** Opening Data shown block **
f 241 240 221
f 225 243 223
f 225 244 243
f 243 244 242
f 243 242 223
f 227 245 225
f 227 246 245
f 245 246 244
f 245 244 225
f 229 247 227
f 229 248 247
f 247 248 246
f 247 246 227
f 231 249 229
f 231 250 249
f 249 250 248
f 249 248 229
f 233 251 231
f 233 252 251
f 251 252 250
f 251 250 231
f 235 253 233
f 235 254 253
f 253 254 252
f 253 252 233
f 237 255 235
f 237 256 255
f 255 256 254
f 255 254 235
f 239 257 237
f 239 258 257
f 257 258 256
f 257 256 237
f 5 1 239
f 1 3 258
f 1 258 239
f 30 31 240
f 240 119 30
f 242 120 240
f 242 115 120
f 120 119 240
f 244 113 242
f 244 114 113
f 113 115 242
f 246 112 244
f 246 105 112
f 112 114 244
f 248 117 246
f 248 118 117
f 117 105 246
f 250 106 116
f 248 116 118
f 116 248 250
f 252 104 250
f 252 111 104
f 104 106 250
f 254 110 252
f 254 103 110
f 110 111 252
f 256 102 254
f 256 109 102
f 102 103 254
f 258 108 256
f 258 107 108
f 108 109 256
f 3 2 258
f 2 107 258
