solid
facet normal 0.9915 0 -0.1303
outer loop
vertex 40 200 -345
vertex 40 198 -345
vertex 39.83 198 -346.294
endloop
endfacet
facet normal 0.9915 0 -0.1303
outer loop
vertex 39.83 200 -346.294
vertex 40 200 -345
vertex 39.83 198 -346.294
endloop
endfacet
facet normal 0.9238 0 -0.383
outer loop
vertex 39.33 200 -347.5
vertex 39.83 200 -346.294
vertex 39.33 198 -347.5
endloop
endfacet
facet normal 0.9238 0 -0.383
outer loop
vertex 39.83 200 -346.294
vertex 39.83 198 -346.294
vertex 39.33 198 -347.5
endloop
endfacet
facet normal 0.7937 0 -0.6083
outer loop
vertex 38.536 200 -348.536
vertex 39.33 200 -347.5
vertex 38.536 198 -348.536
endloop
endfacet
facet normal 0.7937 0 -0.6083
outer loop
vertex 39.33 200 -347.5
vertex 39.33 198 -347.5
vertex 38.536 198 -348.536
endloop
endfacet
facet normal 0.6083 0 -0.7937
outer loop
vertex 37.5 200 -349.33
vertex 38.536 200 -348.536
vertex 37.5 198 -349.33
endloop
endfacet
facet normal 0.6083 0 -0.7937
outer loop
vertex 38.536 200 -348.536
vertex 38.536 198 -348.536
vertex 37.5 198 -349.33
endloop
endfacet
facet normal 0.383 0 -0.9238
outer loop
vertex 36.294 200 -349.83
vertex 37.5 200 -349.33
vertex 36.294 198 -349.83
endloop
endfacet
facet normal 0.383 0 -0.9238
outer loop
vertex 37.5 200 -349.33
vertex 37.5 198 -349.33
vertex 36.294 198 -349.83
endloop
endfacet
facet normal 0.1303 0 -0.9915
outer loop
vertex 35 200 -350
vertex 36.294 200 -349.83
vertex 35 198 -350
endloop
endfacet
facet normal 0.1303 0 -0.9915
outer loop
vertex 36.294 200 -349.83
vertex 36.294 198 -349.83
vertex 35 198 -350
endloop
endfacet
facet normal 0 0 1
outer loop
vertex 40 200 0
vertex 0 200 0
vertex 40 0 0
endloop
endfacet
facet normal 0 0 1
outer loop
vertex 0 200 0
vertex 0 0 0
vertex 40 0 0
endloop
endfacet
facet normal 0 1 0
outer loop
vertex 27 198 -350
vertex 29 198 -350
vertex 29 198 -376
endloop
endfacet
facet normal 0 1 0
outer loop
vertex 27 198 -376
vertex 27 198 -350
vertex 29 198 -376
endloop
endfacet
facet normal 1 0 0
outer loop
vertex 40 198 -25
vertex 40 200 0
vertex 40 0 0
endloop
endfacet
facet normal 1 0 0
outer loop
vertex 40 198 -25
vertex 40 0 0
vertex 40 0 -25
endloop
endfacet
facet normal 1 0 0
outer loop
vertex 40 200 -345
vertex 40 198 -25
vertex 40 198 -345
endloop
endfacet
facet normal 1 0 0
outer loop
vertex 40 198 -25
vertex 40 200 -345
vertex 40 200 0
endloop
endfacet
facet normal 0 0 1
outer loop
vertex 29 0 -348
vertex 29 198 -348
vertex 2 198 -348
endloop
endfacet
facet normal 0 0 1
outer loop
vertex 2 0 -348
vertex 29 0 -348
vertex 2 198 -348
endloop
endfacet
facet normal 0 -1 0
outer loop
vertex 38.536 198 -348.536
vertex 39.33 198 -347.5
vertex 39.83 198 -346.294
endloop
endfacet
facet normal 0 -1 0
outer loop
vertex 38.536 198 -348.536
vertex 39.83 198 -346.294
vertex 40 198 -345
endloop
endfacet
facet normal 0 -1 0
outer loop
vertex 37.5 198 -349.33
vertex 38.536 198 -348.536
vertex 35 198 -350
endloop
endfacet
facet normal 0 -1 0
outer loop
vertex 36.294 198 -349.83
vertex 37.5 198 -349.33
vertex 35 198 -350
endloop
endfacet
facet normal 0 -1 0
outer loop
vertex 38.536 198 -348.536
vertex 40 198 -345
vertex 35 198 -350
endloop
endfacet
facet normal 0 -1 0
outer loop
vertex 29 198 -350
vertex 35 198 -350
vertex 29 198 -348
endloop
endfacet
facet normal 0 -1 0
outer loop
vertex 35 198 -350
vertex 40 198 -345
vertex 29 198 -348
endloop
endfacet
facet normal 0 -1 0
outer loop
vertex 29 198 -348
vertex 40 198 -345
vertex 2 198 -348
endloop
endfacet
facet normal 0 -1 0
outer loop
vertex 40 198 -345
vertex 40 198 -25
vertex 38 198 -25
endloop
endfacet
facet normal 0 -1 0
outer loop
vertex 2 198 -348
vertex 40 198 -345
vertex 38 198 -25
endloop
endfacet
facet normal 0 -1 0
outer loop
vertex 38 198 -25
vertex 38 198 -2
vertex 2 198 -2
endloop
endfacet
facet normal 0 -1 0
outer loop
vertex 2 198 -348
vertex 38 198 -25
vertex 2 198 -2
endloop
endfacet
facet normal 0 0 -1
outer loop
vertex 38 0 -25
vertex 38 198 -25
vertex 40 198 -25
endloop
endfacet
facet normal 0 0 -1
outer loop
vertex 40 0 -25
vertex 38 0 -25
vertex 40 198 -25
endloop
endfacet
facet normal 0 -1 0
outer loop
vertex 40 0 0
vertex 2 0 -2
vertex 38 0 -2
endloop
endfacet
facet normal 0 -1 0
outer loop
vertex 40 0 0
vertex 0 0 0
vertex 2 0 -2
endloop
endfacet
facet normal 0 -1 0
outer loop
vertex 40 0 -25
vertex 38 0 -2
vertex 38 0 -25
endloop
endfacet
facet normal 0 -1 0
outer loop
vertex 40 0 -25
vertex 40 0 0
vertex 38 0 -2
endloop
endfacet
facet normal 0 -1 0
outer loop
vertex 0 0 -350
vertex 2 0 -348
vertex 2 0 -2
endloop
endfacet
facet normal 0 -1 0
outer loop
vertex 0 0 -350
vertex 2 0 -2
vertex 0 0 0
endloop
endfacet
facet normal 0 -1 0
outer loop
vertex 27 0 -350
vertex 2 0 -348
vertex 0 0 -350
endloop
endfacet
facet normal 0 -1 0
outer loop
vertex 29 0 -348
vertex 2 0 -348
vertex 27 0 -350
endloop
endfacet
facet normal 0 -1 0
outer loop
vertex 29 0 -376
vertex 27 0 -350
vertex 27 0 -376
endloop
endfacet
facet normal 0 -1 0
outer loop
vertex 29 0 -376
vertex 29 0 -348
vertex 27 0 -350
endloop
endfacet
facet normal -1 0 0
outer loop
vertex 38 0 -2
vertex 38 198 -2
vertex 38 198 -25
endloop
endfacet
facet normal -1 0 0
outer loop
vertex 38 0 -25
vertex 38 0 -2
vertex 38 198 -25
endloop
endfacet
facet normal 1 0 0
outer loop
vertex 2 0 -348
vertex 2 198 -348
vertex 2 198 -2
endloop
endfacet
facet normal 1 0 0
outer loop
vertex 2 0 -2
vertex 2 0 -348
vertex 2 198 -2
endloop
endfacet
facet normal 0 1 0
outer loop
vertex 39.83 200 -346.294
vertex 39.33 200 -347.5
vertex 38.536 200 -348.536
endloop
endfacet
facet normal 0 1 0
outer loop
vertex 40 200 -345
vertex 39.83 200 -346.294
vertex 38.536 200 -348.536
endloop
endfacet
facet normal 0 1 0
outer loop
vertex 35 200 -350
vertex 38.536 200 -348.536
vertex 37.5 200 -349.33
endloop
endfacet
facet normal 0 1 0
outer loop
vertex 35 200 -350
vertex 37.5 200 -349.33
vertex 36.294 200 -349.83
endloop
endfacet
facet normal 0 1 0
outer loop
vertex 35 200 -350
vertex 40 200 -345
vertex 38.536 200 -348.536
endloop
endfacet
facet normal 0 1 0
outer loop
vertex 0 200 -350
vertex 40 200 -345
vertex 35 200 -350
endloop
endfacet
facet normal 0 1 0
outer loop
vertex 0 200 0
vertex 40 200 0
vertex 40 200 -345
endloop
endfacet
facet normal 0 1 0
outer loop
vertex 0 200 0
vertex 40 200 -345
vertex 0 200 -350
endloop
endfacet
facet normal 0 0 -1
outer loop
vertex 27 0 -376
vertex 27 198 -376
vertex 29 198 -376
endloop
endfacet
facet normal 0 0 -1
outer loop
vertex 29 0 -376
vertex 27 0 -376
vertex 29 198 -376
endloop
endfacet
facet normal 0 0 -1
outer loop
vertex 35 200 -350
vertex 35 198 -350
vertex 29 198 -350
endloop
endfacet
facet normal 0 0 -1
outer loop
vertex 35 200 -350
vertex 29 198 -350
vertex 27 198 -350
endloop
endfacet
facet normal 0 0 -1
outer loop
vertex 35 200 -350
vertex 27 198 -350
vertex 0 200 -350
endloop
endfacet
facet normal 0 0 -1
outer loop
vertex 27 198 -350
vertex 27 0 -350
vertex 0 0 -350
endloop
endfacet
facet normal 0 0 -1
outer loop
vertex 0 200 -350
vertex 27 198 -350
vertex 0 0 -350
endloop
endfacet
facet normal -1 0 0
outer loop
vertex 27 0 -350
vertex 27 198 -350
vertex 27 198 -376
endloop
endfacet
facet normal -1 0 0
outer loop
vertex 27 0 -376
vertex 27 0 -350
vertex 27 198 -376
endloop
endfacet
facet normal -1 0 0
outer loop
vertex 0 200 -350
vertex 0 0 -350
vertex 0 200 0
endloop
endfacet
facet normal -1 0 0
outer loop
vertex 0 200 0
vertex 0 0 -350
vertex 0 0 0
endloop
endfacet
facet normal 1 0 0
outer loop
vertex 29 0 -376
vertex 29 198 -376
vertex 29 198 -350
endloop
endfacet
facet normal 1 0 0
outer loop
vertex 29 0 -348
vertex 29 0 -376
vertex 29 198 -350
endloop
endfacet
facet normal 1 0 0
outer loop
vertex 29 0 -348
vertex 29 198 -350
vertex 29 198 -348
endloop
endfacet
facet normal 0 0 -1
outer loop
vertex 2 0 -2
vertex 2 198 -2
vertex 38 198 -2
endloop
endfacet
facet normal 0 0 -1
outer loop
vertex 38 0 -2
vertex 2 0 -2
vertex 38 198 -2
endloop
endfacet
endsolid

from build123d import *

# Parameters (mm, degrees)
F4_DEPTH = 2


with BuildPart() as f2:
    # F2: sweep along a path in F1
    with BuildLine(Plane.XY) as f2_path:
        Line((0, 0), (0, 198))
    # F0 (on Front) → F2 (sweep)
    with BuildSketch(Plane.XZ):
        Polygon((40, 0), (0, 0), (0, -350), (27, -350), (27, -376), (29, -376), (29, -348), (2, -348), (2, -2), (38, -2), (38, -25), (40, -25), align=None)
    sweep(path=f2_path.line)

    # F3 (on face) → F4 (join)
    with BuildSketch(Plane(origin=(0, 198, 0), x_dir=(-1, 0, 0), z_dir=(0, 1, 0))):
        with BuildLine():
            Line((-27, -350), (0, -350))
            Line((0, -350), (0, 0))
            Line((0, 0), (-40, 0))
            Line((-40, 0), (-40, -25))
            Line((-40, -25), (-40, -345))
            ThreePointArc((-40, -345), (-38.5355339059, -348.5355339059), (-35, -350))
            Line((-35, -350), (-29, -350))
            Line((-29, -350), (-27, -350))
        make_face()
    extrude(amount=F4_DEPTH)


solid = f2.part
** Closing Data shown block **
_Your instructions:_ The expected output is the exact run of lines from the start of the entries through the line with "f 242 120 240", inclusive.

_Your response:_
f 241 240 221
f 225 243 223
f 225 244 243
f 243 244 242
f 243 242 223
f 227 245 225
f 227 246 245
f 245 246 244
f 245 244 225
f 229 247 227
f 229 248 247
f 247 248 246
f 247 246 227
f 231 249 229
f 231 250 249
f 249 250 248
f 249 248 229
f 233 251 231
f 233 252 251
f 251 252 250
f 251 250 231
f 235 253 233
f 235 254 253
f 253 254 252
f 253 252 233
f 237 255 235
f 237 256 255
f 255 256 254
f 255 254 235
f 239 257 237
f 239 258 257
f 257 258 256
f 257 256 237
f 5 1 239
f 1 3 258
f 1 258 239
f 30 31 240
f 240 119 30
f 242 120 240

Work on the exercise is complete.